Когда глаза немного привыкли к недостатку света, Женя понял, что может различать силуэты предметов, проемы в серых стенах. Что-то не давало темноте сгуститься до почти осязаемой плотности. Живым духом в сырых залах и не пахло. Ни намека на офис или отдел кадров. Женя особо не расстроился. Его успокаивала тишина, а еще радовало, что весенние воды то ли обошли холм стороной, то ли успели высохнуть.

В последней комнате подросток разглядел отверстие диаметром в полметра. Металлическая труба торчала под самым потолком, на расстоянии протянутой руки. Закрыв глаза, он замер и прислушался. Что-то шуршало. Может в глубинах трубы, может на поверхности холма, а может где-то в трещинах между бетонных стен. Женя задумался. Что бы он мог сказать, окажись тут на самом деле стол, стул, перспектива работы и собеседник?

– Здравствуйте.

Сначала был шорох. А потом в пустоте родились слова:

– Вы по какому поводу?

Женя решил, что начало разговора хорошее. Именно такой вопрос ему бы и задали.

– Я по объявлению. Хочу у вас работать.

– Кем?

– Консалтером, – Женя, понял, что не знает точного названия профессии, и вообще не уверен, что такое консалтинг.

– Так это у вас надо спросить, – пришел ответ из пустоты. – Что такое консалтинг, таргетинг, личностный рост.

– У кого «у нас»? – испугался Женя.

– У желающих.

Прошло несколько секунд, потом шорох усилился, и мальчик приоткрыл один глаз. Способность видеть в темноте усилилась. И теперь Женя смотрел, как из отверстия сыпется металлическая стружка. Кисло запахло ржавчиной. Мусор накатывал волнами, вылетал на несколько сантиметров, звучно падал на сырой пол.
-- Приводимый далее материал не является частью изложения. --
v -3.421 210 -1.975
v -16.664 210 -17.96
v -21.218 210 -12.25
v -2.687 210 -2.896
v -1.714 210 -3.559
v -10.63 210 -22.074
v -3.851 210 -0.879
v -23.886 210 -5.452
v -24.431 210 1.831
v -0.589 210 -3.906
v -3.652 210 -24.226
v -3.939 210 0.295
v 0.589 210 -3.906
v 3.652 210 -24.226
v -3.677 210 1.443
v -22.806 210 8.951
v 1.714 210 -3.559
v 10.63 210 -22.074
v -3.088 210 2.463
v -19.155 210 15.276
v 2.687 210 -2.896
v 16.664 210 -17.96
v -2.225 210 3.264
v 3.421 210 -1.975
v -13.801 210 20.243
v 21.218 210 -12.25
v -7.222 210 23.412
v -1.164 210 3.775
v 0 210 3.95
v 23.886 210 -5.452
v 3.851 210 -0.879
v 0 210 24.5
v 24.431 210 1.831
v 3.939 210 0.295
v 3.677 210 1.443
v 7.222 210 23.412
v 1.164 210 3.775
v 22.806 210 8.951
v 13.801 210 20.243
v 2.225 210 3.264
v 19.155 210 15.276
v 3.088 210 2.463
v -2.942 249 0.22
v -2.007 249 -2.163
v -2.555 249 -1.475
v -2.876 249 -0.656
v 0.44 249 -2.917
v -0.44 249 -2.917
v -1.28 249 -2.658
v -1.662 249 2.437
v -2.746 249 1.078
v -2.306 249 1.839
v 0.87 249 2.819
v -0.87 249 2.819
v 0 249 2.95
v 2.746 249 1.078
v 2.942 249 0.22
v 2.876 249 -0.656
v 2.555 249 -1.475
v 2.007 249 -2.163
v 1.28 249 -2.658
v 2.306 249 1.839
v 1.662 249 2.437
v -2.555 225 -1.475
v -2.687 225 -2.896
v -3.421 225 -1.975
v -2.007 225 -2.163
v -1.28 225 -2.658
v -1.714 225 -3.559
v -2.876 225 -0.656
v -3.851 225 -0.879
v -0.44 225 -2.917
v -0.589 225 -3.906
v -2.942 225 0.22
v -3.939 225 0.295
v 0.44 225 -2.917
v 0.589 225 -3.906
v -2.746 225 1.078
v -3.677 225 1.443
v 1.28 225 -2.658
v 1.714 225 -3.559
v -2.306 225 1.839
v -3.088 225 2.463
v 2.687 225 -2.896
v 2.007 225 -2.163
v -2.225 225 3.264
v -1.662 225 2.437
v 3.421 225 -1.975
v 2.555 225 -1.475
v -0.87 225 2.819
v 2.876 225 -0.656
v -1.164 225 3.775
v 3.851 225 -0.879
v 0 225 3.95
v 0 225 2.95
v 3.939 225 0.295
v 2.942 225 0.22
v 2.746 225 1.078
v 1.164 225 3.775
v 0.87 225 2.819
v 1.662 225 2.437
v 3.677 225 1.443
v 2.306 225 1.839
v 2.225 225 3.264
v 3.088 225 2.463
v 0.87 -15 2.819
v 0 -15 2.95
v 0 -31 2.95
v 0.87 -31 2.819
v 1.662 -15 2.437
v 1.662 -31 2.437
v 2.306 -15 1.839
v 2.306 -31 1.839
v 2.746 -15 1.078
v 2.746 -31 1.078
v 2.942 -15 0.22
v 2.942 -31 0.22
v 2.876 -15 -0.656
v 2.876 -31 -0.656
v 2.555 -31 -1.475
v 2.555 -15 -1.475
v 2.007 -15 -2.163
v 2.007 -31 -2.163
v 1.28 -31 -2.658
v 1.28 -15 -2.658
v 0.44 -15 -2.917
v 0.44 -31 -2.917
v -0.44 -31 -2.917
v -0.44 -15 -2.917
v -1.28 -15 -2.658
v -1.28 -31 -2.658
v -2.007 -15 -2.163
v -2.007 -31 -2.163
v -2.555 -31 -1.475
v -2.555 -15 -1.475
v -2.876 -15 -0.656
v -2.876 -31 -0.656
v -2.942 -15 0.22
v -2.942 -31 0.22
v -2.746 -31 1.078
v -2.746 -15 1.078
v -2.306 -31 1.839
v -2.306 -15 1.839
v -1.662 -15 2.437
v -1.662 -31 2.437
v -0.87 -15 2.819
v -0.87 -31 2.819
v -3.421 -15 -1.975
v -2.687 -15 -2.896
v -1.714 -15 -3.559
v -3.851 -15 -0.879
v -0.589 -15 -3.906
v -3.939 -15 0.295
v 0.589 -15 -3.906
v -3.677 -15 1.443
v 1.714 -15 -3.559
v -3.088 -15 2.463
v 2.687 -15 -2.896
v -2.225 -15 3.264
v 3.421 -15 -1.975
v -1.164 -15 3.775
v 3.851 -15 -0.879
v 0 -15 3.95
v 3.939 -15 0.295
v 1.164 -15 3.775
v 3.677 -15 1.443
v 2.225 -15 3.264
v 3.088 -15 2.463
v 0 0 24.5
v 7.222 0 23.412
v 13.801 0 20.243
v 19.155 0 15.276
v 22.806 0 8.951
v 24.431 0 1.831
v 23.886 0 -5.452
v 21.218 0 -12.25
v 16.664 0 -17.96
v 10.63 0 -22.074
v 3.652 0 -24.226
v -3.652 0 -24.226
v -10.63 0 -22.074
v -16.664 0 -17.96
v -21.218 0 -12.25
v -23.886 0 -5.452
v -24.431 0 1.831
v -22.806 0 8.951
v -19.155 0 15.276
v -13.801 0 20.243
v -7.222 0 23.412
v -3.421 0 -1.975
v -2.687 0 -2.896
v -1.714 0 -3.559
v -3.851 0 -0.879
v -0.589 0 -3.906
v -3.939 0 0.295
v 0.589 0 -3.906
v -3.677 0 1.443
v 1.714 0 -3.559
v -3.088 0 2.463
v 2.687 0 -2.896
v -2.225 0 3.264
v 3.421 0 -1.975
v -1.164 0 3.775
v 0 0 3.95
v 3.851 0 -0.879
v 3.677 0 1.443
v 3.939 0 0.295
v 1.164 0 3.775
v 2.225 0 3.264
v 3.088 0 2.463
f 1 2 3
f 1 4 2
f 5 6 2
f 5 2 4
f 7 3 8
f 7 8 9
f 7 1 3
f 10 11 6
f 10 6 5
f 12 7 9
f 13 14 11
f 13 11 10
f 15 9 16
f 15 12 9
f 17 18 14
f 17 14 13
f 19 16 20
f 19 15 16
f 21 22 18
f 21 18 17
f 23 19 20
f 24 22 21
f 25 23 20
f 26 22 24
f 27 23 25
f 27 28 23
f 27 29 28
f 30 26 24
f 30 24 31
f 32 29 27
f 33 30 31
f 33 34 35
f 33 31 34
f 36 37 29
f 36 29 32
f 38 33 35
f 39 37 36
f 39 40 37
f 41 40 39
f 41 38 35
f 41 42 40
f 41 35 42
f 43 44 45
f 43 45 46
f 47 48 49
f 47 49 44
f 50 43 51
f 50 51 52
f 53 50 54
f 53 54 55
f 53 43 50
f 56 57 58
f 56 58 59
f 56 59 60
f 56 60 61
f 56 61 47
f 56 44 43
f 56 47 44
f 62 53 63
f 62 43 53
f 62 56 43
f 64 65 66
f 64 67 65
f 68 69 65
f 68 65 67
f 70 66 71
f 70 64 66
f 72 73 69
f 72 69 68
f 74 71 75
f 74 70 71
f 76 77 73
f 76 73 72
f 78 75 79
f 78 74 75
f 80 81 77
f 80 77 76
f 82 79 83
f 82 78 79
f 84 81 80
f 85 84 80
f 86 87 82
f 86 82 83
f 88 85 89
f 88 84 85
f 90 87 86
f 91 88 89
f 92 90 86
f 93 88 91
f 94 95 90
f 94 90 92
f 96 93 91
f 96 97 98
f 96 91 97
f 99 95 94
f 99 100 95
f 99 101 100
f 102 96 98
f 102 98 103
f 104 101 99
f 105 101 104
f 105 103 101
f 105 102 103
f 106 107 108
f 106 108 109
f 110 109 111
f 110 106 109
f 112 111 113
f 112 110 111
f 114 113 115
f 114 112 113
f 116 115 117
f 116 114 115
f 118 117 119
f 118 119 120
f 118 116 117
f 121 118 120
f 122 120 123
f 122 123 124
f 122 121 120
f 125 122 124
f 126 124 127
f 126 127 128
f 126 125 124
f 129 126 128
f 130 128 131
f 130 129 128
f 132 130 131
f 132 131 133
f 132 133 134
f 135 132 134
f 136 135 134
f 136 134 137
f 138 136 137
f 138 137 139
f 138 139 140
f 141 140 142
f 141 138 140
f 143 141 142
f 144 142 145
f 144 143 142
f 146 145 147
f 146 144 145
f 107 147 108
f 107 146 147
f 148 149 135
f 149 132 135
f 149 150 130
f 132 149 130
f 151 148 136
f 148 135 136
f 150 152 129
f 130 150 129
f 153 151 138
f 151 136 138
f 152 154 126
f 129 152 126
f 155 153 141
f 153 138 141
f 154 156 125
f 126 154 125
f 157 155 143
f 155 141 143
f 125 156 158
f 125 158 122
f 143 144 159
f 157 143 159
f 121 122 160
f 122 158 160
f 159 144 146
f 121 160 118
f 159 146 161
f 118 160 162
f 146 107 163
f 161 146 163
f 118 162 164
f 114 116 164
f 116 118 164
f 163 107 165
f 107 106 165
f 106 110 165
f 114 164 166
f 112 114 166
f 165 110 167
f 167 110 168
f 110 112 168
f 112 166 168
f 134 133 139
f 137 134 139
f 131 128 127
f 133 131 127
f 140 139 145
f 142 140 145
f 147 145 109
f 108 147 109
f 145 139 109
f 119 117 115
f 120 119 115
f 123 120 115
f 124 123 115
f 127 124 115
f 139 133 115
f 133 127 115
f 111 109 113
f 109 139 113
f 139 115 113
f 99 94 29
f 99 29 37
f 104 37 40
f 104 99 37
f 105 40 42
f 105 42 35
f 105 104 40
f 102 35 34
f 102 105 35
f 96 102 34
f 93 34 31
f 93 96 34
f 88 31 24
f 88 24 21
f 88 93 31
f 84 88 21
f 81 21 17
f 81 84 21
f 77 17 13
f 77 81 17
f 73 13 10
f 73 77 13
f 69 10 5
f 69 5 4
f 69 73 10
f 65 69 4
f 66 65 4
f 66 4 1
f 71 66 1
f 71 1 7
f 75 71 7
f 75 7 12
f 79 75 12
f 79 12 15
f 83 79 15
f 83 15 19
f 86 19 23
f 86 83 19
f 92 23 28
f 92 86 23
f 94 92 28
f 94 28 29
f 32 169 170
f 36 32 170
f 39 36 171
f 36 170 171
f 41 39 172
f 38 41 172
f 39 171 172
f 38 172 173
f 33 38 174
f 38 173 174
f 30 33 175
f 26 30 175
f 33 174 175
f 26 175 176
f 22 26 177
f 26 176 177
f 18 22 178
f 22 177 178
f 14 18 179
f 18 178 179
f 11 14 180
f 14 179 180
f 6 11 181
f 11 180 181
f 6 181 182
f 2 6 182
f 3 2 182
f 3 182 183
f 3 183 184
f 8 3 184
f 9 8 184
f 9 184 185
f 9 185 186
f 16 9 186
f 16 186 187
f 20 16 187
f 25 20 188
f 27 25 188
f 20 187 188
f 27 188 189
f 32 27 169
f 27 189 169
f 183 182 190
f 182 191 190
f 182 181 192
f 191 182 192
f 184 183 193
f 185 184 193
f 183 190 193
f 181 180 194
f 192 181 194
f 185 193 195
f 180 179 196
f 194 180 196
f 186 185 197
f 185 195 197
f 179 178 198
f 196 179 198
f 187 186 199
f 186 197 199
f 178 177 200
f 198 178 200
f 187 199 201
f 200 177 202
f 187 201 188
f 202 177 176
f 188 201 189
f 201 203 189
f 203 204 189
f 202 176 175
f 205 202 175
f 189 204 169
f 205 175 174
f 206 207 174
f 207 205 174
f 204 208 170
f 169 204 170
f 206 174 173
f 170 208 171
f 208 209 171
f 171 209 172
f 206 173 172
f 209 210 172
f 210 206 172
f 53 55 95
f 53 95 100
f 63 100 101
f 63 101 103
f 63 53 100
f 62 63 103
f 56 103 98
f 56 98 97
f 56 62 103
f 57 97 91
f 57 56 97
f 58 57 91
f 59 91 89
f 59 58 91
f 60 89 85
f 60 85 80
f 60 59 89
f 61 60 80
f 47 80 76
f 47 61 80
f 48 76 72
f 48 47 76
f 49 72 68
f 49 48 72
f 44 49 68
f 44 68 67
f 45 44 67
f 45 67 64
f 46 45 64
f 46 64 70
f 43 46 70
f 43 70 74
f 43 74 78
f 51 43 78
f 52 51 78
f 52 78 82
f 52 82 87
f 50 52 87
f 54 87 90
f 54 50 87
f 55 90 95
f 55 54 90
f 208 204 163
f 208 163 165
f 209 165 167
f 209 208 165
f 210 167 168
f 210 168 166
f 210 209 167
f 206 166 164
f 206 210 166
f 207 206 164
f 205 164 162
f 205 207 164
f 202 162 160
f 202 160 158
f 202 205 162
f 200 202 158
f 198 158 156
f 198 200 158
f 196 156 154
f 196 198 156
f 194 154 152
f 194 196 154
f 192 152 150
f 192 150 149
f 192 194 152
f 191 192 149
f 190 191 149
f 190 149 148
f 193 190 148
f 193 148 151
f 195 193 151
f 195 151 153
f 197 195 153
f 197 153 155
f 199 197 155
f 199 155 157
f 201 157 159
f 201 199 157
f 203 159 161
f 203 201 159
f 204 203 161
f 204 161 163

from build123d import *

# Parameters (mm, degrees)
SKETCH1_R            = 24.5
BOSS_EXTRUDE8_DEPTH  = 210
SKETCH1_9_R          = 3.95
BOSS_EXTRUDE9_DEPTH  = 15
BOSS_EXTRUDE10_START = -15
SKETCH1_10_R         = 2.95
BOSS_EXTRUDE10_DEPTH = 16
BOSS_EXTRUDE11_START = 225
SKETCH1_11_R         = 3.95
BOSS_EXTRUDE11_DEPTH = 15
BOSS_EXTRUDE12_START = 24
SKETCH2_R            = 2.95
BOSS_EXTRUDE12_DEPTH = 24


with BuildPart() as part:
    # Sketch1 → Boss-Extrude8 (new body)
    with BuildSketch(Plane(origin=(0, 0, 0), x_dir=(1, 0, 0), z_dir=(0, 1, 0))):
        with Locations(Location((0, 0, 0), (0, 0, 270))):
            Circle(SKETCH1_R)
    extrude(amount=BOSS_EXTRUDE8_DEPTH)

    # Sketch1<9> → Boss-Extrude9 (add)
    with BuildSketch(Plane(origin=(0, 0, 0), x_dir=(1, 0, 0), z_dir=(0, 1, 0))):
        with Locations(Location((0, 0, 0), (0, 0, 270))):
            Circle(SKETCH1_9_R)
    extrude(amount=-BOSS_EXTRUDE9_DEPTH)

    # Sketch1<10> → Boss-Extrude10 (add)
    with BuildSketch(Plane(origin=(0, 0, 0), x_dir=(1, 0, 0), z_dir=(0, 1, 0)).offset(BOSS_EXTRUDE10_START)):
        with Locations(Location((0, 0, 0), (0, 0, 270))):
            Circle(SKETCH1_10_R)
    extrude(amount=-BOSS_EXTRUDE10_DEPTH)

    # Sketch1<11> → Boss-Extrude11 (add)
    with BuildSketch(Plane(origin=(0, 0, 0), x_dir=(1, 0, 0), z_dir=(0, 1, 0)).offset(BOSS_EXTRUDE11_START)):
        with Locations(Location((0, 0, 0), (0, 0, 270))):
            Circle(SKETCH1_11_R)
    extrude(amount=-BOSS_EXTRUDE11_DEPTH)

    # Sketch2 → Boss-Extrude12 (add)
    with BuildSketch(Plane(origin=(0, 225, 0), x_dir=(1, 0, 0), z_dir=(0, 1, 0)).offset(BOSS_EXTRUDE12_START)):
        with Locations(Location((0, 0, 0), (0, 0, 270))):
            Circle(SKETCH2_R)
    extrude(amount=-BOSS_EXTRUDE12_DEPTH)


solid = part.part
– Прежде придется ответить на несколько вопросов, – даже новый шум не смог заглушить слова, пришедшие из ниоткуда.

– Какие вопросы?

– Что там с вороной за ситуация была?

– Какая ситуация? – занервничал Женя, чувствуя, что теряет контроль над мыслями.

– Не тяните время.

– А сколько у меня есть?

– Растянете – больше станет. Вам это надо?

– Хорошо, я понял, – мальчик задумался. Нужно было просто довести все в голове до логичного завершения. – Ворона забавная, я ее забрал.

– Куда?

– Не знаю. Куда-то, где однажды окажусь я. И все остальные. И не надо будет умирать.

Женя открыл второй глаз, ржавый поток едва заметно усилился. Часть сора долетала до ботинок, тускло поблескивали миниатюрные болтики и гайки, обломки проволоки, тонкие медные хлопья.

– Продолжайте. Кто остальные?

– Остальные, – Женя пожал плечами. – Уличные собаки, котейки из-под труб, снегири и гусеницы, еноты из контактного зоопарка, белки, мыши, хомячки, бабочки. Много кто. Ворона теперь еще.

 

– И давно собираете?

– Лет с шести. Там щенок в кустах сидел. И стало страшно, что с ним что-то случится. А с нами всеми однажды что-то случится. Это я уже тогда понял. И я подумал, что так не пойдет. Сам его заберу. Чтобы он все время был.

– Где?

– Где трава зеленая, зимы нет, людей нет. Там увидим.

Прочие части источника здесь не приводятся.